Operational reality:

  • The change typically requires a reboot.
  • Treat it as pilot → wave 1 → wave 2, not a one-shot change.

3) Test compatibility (this is where most time goes)

Failures are rarely “Windows can’t do it” — they tend to be edge integrations:

  • AV/EDR: may require compatible drivers/signing; otherwise you lose visibility or protection capabilities.
  • Credential providers / SSO add-ons: third-party logon components can be impacted.
  • Legacy admin tooling: some legitimate debugging/dump workflows behave differently or break.
  • RDS/Citrix: many logons and third-party integrations → a great pilot group if you control it.

Recommendation: pilot OU with representative systems and “typical admin users” (including smartcard/Hello if used).

4) Prove it in operations: measure, don’t assume

For governance you need per-system-class evidence:

  • policy status (GPO/MDM compliance)
  • registry status (RunAsPPL*)
  • operational signals after rollout (helpdesk tickets, EDR health, auth issues)

Also ensure Tier-0 endpoints don’t drift out of scope (OU drift, newly provisioned jump hosts, newly built DCs).

Pros (explicit)

  • Raises the bar for credential theft: direct access to LSASS becomes significantly harder.
  • Good complement to NTLM/Kerberos hardening: even with cleaner protocols, logons remain a target.
  • High Tier-0 value: especially impactful on admin endpoints and DCs.
  • Drift-resistant with policy-based rollout: clear, auditable state.

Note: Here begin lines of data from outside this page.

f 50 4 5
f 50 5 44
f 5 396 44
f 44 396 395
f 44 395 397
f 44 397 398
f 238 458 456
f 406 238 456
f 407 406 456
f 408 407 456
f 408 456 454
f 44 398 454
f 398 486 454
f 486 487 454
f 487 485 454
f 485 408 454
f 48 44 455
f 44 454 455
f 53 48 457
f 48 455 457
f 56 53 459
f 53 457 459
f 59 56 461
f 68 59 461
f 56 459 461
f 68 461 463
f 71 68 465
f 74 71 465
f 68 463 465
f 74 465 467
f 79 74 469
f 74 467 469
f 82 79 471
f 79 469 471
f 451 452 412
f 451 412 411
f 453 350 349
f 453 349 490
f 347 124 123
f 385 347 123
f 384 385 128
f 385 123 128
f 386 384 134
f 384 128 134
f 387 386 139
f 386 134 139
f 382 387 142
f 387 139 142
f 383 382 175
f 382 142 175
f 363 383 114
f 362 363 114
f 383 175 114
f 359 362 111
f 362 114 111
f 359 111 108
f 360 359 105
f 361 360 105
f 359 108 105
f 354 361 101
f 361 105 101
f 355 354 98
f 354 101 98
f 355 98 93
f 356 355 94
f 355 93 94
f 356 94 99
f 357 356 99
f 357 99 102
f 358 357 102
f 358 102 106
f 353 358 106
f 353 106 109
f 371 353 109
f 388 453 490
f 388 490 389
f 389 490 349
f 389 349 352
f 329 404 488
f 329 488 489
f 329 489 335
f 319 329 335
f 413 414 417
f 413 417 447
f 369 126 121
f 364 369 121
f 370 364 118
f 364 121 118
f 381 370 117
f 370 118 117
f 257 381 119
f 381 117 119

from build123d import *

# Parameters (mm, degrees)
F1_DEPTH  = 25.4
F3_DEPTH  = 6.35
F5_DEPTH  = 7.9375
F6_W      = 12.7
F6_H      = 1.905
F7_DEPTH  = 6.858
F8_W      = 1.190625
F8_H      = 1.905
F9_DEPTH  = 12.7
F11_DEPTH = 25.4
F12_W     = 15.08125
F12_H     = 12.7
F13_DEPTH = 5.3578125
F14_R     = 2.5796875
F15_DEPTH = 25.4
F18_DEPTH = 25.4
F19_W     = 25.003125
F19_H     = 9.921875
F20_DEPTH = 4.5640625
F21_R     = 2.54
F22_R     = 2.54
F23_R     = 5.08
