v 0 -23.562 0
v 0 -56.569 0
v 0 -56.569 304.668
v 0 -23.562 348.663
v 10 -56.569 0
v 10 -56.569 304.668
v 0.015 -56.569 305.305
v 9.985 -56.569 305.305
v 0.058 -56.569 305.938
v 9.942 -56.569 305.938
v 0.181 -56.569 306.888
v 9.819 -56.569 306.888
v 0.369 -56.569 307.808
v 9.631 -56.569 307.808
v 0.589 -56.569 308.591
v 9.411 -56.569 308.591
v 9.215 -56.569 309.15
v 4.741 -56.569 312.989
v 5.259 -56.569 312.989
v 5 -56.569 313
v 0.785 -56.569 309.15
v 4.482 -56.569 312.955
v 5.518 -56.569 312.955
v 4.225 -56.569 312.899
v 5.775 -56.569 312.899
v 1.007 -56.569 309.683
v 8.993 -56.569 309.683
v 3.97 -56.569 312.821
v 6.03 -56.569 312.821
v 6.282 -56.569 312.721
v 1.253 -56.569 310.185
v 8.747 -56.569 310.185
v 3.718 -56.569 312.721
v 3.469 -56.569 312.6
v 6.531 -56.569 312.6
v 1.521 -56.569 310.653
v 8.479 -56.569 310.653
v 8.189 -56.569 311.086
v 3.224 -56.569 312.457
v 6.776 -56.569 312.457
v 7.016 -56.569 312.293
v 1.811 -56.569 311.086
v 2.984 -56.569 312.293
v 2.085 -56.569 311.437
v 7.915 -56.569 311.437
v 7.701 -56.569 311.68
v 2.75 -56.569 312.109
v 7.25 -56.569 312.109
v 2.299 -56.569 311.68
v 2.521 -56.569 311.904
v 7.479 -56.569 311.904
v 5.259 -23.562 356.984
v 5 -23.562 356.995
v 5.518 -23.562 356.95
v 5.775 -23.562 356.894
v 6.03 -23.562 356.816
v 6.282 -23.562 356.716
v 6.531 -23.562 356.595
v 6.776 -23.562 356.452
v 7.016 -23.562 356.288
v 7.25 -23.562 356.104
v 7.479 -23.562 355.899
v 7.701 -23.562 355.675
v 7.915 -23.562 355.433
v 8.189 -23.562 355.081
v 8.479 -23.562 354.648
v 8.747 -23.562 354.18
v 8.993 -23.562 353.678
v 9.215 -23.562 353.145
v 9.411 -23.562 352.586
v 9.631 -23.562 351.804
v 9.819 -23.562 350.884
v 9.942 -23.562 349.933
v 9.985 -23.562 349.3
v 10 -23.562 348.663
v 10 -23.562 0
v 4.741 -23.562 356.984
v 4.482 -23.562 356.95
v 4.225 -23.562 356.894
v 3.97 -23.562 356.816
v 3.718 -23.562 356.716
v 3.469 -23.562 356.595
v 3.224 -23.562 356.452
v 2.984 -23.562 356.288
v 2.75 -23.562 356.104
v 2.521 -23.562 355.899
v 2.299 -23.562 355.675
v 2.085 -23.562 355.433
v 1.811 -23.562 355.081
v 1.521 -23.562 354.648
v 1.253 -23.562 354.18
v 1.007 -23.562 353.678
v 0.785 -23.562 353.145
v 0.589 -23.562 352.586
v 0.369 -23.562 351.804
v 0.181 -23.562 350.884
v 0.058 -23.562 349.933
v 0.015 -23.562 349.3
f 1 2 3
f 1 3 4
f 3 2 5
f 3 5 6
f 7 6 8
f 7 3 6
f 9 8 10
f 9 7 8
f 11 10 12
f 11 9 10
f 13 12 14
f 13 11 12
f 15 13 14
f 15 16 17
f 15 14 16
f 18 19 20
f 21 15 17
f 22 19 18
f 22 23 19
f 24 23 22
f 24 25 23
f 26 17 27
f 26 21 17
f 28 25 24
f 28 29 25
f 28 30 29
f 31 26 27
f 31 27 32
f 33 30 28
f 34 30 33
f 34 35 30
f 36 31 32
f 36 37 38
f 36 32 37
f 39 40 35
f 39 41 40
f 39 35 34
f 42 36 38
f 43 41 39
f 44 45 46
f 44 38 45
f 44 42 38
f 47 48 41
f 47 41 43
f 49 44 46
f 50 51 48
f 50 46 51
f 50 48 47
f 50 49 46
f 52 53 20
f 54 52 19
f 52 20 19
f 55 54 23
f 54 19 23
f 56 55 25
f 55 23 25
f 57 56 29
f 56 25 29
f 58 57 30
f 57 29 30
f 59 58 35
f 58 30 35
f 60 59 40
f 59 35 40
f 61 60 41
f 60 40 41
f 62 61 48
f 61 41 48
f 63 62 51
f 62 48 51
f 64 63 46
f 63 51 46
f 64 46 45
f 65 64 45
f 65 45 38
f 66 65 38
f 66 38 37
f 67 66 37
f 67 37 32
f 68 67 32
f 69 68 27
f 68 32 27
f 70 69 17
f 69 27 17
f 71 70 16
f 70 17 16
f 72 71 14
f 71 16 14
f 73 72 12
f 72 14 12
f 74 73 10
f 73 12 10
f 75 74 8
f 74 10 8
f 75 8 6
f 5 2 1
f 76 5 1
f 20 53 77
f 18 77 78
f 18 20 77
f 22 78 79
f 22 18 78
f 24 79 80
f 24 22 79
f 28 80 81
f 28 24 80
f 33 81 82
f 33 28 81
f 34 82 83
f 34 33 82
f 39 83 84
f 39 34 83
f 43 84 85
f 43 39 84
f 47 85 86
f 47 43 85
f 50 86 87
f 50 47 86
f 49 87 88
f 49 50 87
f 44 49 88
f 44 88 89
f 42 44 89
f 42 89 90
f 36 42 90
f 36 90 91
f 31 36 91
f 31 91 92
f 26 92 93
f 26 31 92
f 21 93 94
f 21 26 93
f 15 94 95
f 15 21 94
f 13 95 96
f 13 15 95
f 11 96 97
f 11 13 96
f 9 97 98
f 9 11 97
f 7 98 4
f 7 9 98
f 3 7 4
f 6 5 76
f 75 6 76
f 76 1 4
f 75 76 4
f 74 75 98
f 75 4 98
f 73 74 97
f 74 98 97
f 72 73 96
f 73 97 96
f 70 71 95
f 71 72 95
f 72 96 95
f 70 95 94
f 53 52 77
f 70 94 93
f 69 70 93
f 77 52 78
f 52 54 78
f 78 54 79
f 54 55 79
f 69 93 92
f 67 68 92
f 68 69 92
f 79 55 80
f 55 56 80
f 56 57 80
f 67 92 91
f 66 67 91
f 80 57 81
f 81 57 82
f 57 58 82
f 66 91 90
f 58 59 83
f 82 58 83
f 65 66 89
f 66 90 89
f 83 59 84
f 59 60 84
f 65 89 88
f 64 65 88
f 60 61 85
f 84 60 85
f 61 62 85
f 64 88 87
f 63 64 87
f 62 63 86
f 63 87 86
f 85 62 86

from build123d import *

# Parameters (mm, degrees)
F0_W     = 14.4847853028
F0_H     = 313
F1_DEPTH = 10
F2_R     = 4.99999


# Not quite as in the source:
# - a fillet or chamfer is up to 0.001 mm smaller than in the source, because OpenCascade refuses the exact size


with BuildPart() as f1:
    # F0 (on Right) → F1 (new body)
    with BuildSketch(Plane.YZ):
        with Locations((-49.3265521361, 156.5)):
            Rectangle(F0_W, F0_H)
        Polygon((-42.0841594847, 313), (-42.0841594847, 0), (-23.5623567487, 0), (-23.5623567487, 356.9950582001), (-56.5689447875, 313), align=None)
    extrude(amount=F1_DEPTH)

    # F2 (radius 5 in the source; OpenCascade refuses exactly that, so slightly less here)
    f2_edges = [f1.edges().sort_by_distance(p)[0] for p in [
        (10, -40.065651, 334.997529),
        (0, -40.065651, 334.997529),
    ]]
    fillet(f2_edges, radius=F2_R)


solid = f1.part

Cons and limits (explicit)

  • Compatibility risk: EDR/AV and third-party logon components are common friction points.
  • Reboot planning: requires maintenance windows, especially for servers/DCs.
  • Not the same as “Credential Guard”: RunAsPPL hardens LSASS process access; it does not equal isolated secret processing.
  • Not a replacement for tiering/logon controls: if admins still do interactive work everywhere, risk remains — just harder to exploit.

Common project pitfalls

  • “Just enable it everywhere” without a pilot: you’ll trip over EDR/SSO edge cases.
  • Only focusing on clients: server/admin endpoints usually matter more.
  • Bundling it with other big changes: RunAsPPL + auth changes + EDR migration in one wave makes troubleshooting painful.
  • No rollback path: the first incident pauses everything instead of targeted reaction.
  • Drift via new builds: without baselines/compliance, fresh systems miss the target state.

Project checklist (delivery and operations)

  • [ ] Tier-based target scope defined (Tier 0/1/2) incl. OU design.
  • [ ] Compatibility matrix done (EDR/AV, credential providers, smartcard/Hello, RDS/Citrix, monitoring).
  • [ ] Pilot OU rolled out incl. reboot plan and clear success criteria.
  • [ ] Rollout waves planned (Tier 0 first), including per-OU/group rollback.
  • [ ] Operational proof defined (policy/registry state + EDR health + ticket signals).
  • [ ] New builds/golden images aligned so the baseline doesn’t drift.